“怎么没有?你现在可是肃王爷罩着的人!肃王爷是谁?他可是权倾朝野的大人物,他一句话就能让人平步青云。”
“但也能让人身首异处!”许安禾追加了句。
她算是明白许富贵找她做什么了,原来是想借她身份便利,攀附萧凛这棵大树,谋些泼天的好处,想都别想。
许富贵后脖颈突然一凉,刚才的事还历历在目,可撑死胆大的饿死胆小的,他这不是没死吗?
而且他今天瞧见萧凛腰间的那块玉佩了,与之前他偷的许安禾的那块好像是一对,再加上萧凛那么维护许安禾,八成是对许安禾有意思。
许安禾要么没发现,要么就是装傻。
于是试探道,“妹妹,你就别装了,你都是王爷的人了,就不能帮大哥一把吗?大哥真的是想改邪归正,谋个正经事干干。

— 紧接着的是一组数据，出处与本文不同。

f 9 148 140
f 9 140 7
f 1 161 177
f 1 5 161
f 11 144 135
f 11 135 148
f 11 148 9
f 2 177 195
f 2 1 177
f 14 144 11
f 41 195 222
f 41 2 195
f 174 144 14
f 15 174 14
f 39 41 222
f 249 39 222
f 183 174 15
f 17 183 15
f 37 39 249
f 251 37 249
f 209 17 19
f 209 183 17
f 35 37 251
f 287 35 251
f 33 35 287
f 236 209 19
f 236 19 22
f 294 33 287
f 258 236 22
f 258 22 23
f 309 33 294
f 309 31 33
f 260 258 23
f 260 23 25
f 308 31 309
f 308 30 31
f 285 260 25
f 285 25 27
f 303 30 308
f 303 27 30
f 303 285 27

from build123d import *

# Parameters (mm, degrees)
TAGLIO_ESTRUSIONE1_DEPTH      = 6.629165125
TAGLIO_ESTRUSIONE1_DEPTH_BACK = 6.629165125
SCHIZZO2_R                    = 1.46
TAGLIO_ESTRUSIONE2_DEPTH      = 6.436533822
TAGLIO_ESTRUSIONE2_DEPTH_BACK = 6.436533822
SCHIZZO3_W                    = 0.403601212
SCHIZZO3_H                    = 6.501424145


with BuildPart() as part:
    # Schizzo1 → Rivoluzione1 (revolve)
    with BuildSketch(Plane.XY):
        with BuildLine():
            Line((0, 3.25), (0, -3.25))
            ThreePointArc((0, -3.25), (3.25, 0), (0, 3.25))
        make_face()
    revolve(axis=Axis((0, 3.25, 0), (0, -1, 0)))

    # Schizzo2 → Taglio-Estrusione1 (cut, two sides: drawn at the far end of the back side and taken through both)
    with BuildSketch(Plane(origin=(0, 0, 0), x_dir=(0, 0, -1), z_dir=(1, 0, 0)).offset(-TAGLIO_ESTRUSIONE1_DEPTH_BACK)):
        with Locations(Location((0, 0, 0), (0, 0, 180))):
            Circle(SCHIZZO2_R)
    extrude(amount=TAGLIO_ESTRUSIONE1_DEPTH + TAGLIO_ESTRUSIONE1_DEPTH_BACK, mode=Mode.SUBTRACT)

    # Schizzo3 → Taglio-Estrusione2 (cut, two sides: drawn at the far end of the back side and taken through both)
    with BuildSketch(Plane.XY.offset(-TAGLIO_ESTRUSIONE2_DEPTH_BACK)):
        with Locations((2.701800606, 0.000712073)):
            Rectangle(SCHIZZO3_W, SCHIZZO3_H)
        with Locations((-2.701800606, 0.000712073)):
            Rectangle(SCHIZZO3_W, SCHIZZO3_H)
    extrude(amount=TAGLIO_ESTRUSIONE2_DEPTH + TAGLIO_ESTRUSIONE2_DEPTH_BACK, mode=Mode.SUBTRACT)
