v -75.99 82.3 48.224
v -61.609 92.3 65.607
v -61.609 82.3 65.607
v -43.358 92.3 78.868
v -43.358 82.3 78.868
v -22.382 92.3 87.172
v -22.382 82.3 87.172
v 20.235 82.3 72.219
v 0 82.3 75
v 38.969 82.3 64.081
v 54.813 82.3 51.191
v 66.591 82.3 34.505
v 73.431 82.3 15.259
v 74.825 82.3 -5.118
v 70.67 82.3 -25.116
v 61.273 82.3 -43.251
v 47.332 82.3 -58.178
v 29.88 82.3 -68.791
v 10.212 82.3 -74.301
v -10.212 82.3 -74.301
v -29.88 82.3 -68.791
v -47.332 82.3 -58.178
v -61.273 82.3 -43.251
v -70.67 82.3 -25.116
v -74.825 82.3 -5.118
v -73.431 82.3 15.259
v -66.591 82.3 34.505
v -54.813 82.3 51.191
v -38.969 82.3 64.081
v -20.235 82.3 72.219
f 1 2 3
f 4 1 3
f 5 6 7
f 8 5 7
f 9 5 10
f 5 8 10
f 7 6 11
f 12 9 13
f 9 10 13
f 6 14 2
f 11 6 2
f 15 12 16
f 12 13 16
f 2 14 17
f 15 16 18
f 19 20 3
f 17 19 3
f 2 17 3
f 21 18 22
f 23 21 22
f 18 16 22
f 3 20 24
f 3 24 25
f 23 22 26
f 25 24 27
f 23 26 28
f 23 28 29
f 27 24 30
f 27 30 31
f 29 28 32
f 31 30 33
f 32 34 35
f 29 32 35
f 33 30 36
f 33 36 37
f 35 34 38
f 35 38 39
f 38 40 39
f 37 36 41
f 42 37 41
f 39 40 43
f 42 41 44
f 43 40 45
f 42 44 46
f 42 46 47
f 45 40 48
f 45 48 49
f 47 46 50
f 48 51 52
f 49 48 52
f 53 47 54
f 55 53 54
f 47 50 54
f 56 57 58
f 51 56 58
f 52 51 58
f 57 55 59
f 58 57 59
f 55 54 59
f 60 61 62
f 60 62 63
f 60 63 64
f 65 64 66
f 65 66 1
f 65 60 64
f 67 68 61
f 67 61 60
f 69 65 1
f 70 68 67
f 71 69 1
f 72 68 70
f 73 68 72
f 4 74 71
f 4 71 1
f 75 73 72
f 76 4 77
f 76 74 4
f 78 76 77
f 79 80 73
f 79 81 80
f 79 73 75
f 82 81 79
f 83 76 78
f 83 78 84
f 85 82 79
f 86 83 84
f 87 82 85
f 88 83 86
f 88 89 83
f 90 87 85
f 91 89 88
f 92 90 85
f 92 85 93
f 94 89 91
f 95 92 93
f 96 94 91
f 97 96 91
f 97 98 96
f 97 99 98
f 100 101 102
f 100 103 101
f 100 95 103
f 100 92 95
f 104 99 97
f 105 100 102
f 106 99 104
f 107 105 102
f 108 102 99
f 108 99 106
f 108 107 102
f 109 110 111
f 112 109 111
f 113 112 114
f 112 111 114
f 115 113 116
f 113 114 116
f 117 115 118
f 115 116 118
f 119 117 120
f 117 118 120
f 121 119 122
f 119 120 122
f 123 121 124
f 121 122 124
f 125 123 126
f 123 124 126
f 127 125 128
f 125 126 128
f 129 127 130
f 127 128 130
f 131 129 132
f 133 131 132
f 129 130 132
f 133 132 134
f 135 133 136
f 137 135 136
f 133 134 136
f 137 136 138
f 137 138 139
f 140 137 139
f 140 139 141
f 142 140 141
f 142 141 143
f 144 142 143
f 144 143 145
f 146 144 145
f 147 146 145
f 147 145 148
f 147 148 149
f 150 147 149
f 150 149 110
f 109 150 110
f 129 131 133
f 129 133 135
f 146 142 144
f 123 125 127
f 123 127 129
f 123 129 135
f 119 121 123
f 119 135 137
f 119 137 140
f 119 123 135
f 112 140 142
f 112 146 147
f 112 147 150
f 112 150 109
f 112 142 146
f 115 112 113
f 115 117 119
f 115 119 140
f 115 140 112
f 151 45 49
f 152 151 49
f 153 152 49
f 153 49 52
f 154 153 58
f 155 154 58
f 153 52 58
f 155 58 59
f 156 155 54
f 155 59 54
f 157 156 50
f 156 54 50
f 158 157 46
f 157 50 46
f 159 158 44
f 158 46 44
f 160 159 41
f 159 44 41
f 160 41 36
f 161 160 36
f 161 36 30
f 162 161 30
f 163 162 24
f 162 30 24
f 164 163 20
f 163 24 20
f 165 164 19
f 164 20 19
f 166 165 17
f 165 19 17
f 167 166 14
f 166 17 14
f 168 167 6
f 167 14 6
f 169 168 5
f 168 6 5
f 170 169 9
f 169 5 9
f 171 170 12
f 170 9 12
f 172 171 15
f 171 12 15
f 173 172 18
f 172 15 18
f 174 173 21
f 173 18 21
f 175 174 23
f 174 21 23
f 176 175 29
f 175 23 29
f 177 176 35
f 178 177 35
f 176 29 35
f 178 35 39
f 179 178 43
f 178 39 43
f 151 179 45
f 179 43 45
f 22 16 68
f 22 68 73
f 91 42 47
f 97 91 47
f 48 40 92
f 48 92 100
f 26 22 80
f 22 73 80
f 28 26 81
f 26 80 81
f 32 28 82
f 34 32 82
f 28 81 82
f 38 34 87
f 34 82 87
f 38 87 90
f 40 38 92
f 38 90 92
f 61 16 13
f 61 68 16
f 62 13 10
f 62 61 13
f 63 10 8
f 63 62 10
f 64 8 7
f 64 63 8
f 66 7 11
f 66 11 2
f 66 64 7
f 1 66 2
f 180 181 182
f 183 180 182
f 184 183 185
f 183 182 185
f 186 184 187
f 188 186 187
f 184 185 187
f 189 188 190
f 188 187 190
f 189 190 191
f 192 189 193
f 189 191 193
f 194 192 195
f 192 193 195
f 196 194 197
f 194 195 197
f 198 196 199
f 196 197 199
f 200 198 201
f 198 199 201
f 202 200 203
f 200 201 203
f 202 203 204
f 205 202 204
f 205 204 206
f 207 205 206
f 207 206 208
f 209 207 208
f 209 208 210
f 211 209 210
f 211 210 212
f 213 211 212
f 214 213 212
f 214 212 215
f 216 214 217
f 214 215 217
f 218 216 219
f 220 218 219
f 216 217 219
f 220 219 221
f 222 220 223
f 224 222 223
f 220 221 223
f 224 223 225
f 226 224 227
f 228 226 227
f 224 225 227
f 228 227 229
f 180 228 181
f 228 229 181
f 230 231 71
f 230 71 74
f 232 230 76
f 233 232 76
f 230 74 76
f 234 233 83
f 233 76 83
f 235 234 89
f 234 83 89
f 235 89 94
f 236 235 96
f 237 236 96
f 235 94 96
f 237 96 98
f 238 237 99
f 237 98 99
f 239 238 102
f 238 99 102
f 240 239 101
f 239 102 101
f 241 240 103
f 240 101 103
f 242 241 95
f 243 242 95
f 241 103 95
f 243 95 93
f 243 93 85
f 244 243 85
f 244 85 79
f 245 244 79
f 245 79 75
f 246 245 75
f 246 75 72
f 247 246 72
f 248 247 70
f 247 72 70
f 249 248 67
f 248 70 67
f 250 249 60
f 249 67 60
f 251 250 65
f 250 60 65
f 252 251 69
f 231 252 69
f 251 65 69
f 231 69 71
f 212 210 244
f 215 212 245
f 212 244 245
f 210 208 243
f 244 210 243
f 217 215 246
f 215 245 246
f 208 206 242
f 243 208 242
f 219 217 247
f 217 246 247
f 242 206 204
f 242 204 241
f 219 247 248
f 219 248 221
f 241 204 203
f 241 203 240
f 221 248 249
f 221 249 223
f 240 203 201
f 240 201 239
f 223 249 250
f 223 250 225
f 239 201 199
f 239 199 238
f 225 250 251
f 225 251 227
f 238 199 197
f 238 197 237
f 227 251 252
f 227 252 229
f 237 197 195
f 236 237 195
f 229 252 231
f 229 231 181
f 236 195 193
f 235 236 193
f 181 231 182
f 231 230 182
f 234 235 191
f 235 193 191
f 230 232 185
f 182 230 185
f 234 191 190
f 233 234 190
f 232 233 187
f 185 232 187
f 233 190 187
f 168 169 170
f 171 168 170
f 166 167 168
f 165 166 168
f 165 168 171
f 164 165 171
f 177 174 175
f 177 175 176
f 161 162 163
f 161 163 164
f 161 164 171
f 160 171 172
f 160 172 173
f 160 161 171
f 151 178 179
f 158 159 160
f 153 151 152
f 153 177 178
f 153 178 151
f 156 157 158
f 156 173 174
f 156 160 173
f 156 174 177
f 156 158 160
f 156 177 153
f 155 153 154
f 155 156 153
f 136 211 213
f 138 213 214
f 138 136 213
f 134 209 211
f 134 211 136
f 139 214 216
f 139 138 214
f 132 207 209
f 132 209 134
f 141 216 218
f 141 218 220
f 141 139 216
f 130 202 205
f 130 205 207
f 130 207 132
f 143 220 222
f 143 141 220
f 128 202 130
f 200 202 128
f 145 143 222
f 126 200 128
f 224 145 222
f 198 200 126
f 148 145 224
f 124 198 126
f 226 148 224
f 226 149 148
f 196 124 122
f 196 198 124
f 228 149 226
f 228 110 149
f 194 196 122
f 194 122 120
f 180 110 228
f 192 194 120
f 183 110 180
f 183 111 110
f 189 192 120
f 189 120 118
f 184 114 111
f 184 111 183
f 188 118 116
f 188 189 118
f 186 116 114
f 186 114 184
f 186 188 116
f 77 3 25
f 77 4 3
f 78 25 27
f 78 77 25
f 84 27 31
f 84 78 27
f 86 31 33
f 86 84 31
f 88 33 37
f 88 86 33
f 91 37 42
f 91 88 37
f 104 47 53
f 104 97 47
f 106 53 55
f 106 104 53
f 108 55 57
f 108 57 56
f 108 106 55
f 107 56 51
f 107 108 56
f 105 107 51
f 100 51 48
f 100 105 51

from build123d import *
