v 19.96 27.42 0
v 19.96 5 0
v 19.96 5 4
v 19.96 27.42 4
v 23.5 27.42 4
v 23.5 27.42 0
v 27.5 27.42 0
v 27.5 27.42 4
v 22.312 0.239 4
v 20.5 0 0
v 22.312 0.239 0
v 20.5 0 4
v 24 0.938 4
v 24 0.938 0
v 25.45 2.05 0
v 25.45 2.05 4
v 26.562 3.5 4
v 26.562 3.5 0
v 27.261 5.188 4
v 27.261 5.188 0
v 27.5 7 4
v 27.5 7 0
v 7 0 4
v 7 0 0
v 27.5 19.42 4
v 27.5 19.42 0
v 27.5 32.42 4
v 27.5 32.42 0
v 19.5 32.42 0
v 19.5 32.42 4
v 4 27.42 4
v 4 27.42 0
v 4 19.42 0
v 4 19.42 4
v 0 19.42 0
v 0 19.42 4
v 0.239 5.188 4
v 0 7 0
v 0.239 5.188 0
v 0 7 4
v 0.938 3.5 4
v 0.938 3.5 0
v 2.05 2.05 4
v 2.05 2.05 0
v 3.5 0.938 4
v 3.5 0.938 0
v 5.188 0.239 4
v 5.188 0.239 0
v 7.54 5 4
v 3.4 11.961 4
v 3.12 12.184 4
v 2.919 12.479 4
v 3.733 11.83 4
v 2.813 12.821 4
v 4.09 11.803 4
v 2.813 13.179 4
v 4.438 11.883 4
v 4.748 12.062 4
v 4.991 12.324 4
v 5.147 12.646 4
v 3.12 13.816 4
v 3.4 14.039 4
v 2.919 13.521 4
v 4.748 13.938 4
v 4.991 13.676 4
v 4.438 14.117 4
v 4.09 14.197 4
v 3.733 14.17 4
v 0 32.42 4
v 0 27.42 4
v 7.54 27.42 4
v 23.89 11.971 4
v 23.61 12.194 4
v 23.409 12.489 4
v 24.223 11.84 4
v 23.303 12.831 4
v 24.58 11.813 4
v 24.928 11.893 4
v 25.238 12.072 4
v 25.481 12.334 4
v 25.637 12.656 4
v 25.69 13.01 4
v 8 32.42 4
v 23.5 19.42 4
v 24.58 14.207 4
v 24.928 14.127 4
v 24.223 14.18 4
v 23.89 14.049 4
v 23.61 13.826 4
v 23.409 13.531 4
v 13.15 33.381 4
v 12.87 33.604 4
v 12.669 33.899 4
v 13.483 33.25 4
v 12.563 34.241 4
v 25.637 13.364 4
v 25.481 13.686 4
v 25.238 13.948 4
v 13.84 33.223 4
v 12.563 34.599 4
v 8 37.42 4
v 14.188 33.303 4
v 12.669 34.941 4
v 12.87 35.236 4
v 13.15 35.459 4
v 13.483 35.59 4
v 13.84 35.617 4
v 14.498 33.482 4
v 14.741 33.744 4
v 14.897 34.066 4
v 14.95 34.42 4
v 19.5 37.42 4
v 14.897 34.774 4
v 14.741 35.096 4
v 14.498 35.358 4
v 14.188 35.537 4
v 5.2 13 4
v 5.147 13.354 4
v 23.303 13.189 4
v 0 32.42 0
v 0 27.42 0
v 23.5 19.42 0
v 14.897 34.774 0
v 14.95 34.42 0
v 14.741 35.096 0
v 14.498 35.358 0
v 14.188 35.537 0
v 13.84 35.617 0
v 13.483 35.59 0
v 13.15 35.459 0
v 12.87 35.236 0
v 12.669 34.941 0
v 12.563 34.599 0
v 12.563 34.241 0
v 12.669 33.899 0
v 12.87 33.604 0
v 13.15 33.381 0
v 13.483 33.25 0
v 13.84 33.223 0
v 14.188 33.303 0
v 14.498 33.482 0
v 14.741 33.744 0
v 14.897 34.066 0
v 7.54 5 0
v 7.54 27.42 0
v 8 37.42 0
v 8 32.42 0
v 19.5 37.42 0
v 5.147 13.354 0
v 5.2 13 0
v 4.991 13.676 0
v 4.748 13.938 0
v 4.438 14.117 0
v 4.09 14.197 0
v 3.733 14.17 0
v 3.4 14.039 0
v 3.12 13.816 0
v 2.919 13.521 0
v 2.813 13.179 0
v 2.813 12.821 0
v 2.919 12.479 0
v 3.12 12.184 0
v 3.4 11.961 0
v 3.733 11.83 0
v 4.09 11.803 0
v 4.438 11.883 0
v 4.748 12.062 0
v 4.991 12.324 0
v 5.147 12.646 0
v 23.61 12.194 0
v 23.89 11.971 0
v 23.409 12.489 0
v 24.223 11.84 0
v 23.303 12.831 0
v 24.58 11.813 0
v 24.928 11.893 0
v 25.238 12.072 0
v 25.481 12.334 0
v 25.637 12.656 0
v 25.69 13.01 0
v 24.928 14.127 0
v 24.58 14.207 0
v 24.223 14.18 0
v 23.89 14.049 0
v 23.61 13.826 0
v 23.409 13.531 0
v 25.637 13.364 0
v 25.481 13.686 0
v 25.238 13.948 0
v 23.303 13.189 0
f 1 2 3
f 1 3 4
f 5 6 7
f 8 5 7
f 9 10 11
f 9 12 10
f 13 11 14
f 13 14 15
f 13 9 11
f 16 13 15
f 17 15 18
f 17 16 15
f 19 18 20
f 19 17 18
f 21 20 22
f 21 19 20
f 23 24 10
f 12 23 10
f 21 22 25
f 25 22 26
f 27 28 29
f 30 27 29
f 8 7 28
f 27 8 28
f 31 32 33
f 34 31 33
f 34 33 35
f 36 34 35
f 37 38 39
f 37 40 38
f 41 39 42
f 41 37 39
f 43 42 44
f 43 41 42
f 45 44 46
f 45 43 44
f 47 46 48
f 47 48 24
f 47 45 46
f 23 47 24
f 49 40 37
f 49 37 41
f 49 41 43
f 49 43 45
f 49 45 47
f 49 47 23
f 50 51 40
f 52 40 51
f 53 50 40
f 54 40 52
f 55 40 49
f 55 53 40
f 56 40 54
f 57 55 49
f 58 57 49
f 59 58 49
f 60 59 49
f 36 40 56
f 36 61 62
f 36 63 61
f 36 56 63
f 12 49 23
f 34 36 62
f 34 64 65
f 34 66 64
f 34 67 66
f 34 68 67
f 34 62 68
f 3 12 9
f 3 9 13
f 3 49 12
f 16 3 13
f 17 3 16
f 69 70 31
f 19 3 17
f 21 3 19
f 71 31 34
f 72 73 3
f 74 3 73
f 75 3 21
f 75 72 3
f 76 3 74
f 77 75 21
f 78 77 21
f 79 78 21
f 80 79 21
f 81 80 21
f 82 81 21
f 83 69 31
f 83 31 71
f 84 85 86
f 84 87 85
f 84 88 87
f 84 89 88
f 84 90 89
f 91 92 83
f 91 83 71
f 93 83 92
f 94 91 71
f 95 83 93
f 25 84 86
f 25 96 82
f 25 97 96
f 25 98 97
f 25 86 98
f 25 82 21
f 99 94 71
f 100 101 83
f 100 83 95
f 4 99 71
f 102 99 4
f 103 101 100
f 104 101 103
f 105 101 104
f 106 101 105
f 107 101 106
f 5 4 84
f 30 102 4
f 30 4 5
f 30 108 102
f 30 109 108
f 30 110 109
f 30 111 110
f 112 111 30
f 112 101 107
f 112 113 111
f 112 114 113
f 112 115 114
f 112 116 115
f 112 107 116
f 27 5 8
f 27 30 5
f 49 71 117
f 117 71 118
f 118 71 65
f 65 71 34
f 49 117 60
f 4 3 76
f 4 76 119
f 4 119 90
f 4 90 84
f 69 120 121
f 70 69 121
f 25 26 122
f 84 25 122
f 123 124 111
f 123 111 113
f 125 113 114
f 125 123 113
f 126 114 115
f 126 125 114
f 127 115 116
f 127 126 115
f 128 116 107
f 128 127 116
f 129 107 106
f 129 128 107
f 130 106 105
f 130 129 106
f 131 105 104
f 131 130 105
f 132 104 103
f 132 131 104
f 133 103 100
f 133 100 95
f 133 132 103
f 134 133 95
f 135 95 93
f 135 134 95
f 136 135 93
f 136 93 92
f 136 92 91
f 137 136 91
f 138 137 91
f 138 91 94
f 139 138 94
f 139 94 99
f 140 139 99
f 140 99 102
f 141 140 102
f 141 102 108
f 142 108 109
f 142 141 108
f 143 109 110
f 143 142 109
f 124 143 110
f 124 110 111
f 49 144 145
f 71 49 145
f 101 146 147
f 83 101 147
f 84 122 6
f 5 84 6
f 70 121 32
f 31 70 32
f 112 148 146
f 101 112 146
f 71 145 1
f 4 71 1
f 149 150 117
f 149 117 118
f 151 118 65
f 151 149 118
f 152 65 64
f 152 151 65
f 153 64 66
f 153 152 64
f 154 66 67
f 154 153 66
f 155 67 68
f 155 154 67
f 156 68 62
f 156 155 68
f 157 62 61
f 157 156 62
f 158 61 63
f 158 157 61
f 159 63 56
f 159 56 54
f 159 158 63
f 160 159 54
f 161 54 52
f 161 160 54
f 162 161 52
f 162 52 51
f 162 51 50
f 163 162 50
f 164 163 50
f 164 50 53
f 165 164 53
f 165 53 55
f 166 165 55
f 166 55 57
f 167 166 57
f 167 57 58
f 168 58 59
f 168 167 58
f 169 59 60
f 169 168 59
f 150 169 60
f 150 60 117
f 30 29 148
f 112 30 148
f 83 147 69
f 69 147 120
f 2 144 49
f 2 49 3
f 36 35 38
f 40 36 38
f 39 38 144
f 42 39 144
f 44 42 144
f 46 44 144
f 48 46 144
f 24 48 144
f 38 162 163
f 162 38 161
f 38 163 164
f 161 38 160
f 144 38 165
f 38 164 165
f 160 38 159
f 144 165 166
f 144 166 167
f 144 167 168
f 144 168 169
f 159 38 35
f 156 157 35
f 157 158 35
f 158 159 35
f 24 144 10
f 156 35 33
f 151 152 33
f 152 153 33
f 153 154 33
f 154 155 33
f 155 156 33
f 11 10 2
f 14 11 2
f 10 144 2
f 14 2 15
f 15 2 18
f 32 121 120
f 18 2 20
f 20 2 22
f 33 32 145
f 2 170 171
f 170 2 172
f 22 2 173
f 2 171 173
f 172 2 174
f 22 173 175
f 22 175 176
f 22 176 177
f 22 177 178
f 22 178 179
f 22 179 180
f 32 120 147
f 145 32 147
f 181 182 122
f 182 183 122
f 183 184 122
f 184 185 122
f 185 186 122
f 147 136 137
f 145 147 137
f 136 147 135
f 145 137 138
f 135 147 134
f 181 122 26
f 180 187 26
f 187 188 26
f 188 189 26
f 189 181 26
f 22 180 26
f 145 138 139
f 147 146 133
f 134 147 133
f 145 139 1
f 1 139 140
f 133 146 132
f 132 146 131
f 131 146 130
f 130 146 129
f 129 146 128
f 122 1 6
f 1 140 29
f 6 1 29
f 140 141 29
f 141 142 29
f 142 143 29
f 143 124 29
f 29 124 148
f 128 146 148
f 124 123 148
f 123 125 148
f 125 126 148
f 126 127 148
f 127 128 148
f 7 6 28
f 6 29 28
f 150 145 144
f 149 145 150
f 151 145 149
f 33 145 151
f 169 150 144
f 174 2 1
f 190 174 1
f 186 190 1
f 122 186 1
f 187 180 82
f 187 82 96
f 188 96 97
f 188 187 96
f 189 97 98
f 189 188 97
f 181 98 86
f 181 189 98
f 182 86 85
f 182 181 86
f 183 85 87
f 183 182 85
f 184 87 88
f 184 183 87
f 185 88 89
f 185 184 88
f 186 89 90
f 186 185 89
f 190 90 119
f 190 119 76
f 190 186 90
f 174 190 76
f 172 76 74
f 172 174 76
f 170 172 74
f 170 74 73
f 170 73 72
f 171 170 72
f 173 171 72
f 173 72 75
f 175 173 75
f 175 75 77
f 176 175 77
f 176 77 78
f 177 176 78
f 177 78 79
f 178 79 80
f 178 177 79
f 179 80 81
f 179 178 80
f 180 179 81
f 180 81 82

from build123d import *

# Parameters (mm, degrees)
SKETCH1_R           = 1.2
SKETCH1_W           = 12.42
SKETCH1_H           = 22.42
BOSS_EXTRUDE1_DEPTH = 4
FILLET1_R           = 7


with BuildPart() as part:
    # Sketch1 → Boss-Extrude1 (new body)
    with BuildSketch(Plane.XY):
        Polygon((8, 37.42), (8, 32.42), (0, 32.42), (0, 27.42), (4, 27.42), (4, 19.42), (0, 19.42), (0, 0), (27.5, 0), (27.5, 19.42), (23.5, 19.42), (23.5, 27.42), (27.5, 27.42), (27.5, 32.42), (19.5, 32.42), (19.5, 37.42), align=None)
        with Locations((4, 13)):
            Circle(SKETCH1_R, mode=Mode.SUBTRACT)
        with Locations((13.75, 16.21)):
            Rectangle(SKETCH1_W, SKETCH1_H, mode=Mode.SUBTRACT)
        with Locations((24.49, 13.01)):
            Circle(SKETCH1_R, mode=Mode.SUBTRACT)
        with Locations((13.75, 34.42)):
            Circle(SKETCH1_R, mode=Mode.SUBTRACT)
    extrude(amount=BOSS_EXTRUDE1_DEPTH)

    # Fillet1
    fillet1_edges = [part.edges().sort_by_distance(p)[0] for p in [
        (27.5, 0, 2),
        (0, 0, 2),
    ]]
    fillet(fillet1_edges, radius=FILLET1_R)


solid = part.part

”
“你在胡说什么?!”许安禾厉声呵斥,“你小心这话被王爷听到拔了你的舌头!”
许宝贵害怕地捂了捂嘴,又打量了许安禾两眼,看这模样不像是装的,大概她还没有意识到这一点,感情这事上,她总是糊里糊涂。
当初与谢衍之谈婚论嫁时,她也都是听从家里安排。若不是当时他觉得谢衍之能够考取功名,才不会让许安禾嫁给他。
可如今他考上功名了,却抛弃了许安禾,真是个渣子!
这个账迟早要找他算,眼下先稳住许安禾再说,“就当我刚才胡说,可你现在在王府里当差,总能跟肃王爷说上点话吧?”
“不能,我一点话语权都没有!”许安禾不想与他多说,转身离开又被他挡住,“妹妹,你不为我也为咱爹想一想?”
说到许万年许安禾沉默下来,虽然许富贵犯浑,但对许万年也是孝顺的,而许万年对她也是很疼爱的,无奈身体不好,管不了许富贵。
有些事许富贵也瞒着他,估计现在他都不知道她被卖给李祖德做妾的事。
为了许万年她得先稳住许富贵,“你给我点时间,让我想想再说。”
“这有什么好想的,不是你一句话的事?”许富贵顺嘴来了句。
许安禾瞪了他一眼,“你再这么说,休想从我再管你。”
许富贵闭了嘴,“好,我不说。”
但心里却美滋滋的,代表这事有戏。
许安禾没再与他多说什么,回到了马车上。
上来之后田嬷嬷就打听了句,“你大哥找你什么事?”
“没什么,就是想让我给她谋个差事,我哪有这本事。”
“这事好办啊!”田嬷嬷笑眯眯的道,“你不是打算开店吗?可以让你大哥看店。”
“他看店?”许安禾嗤了句,“他个混不吝怎么看店?我怕他把店给看没了。”
“不会的!”田嬷嬷自信道,“我看他虽然有些浑,却也是个良心未泯的,倒不是那等全然丧德的混账东西,可以给他一个改过自新的机会。”
许安禾默了片刻,又听田嬷嬷道了句,“俗话说浪子回头金不换,说不定会成为你的助力。”
“让我想想再说吧。”许安禾搪塞了句。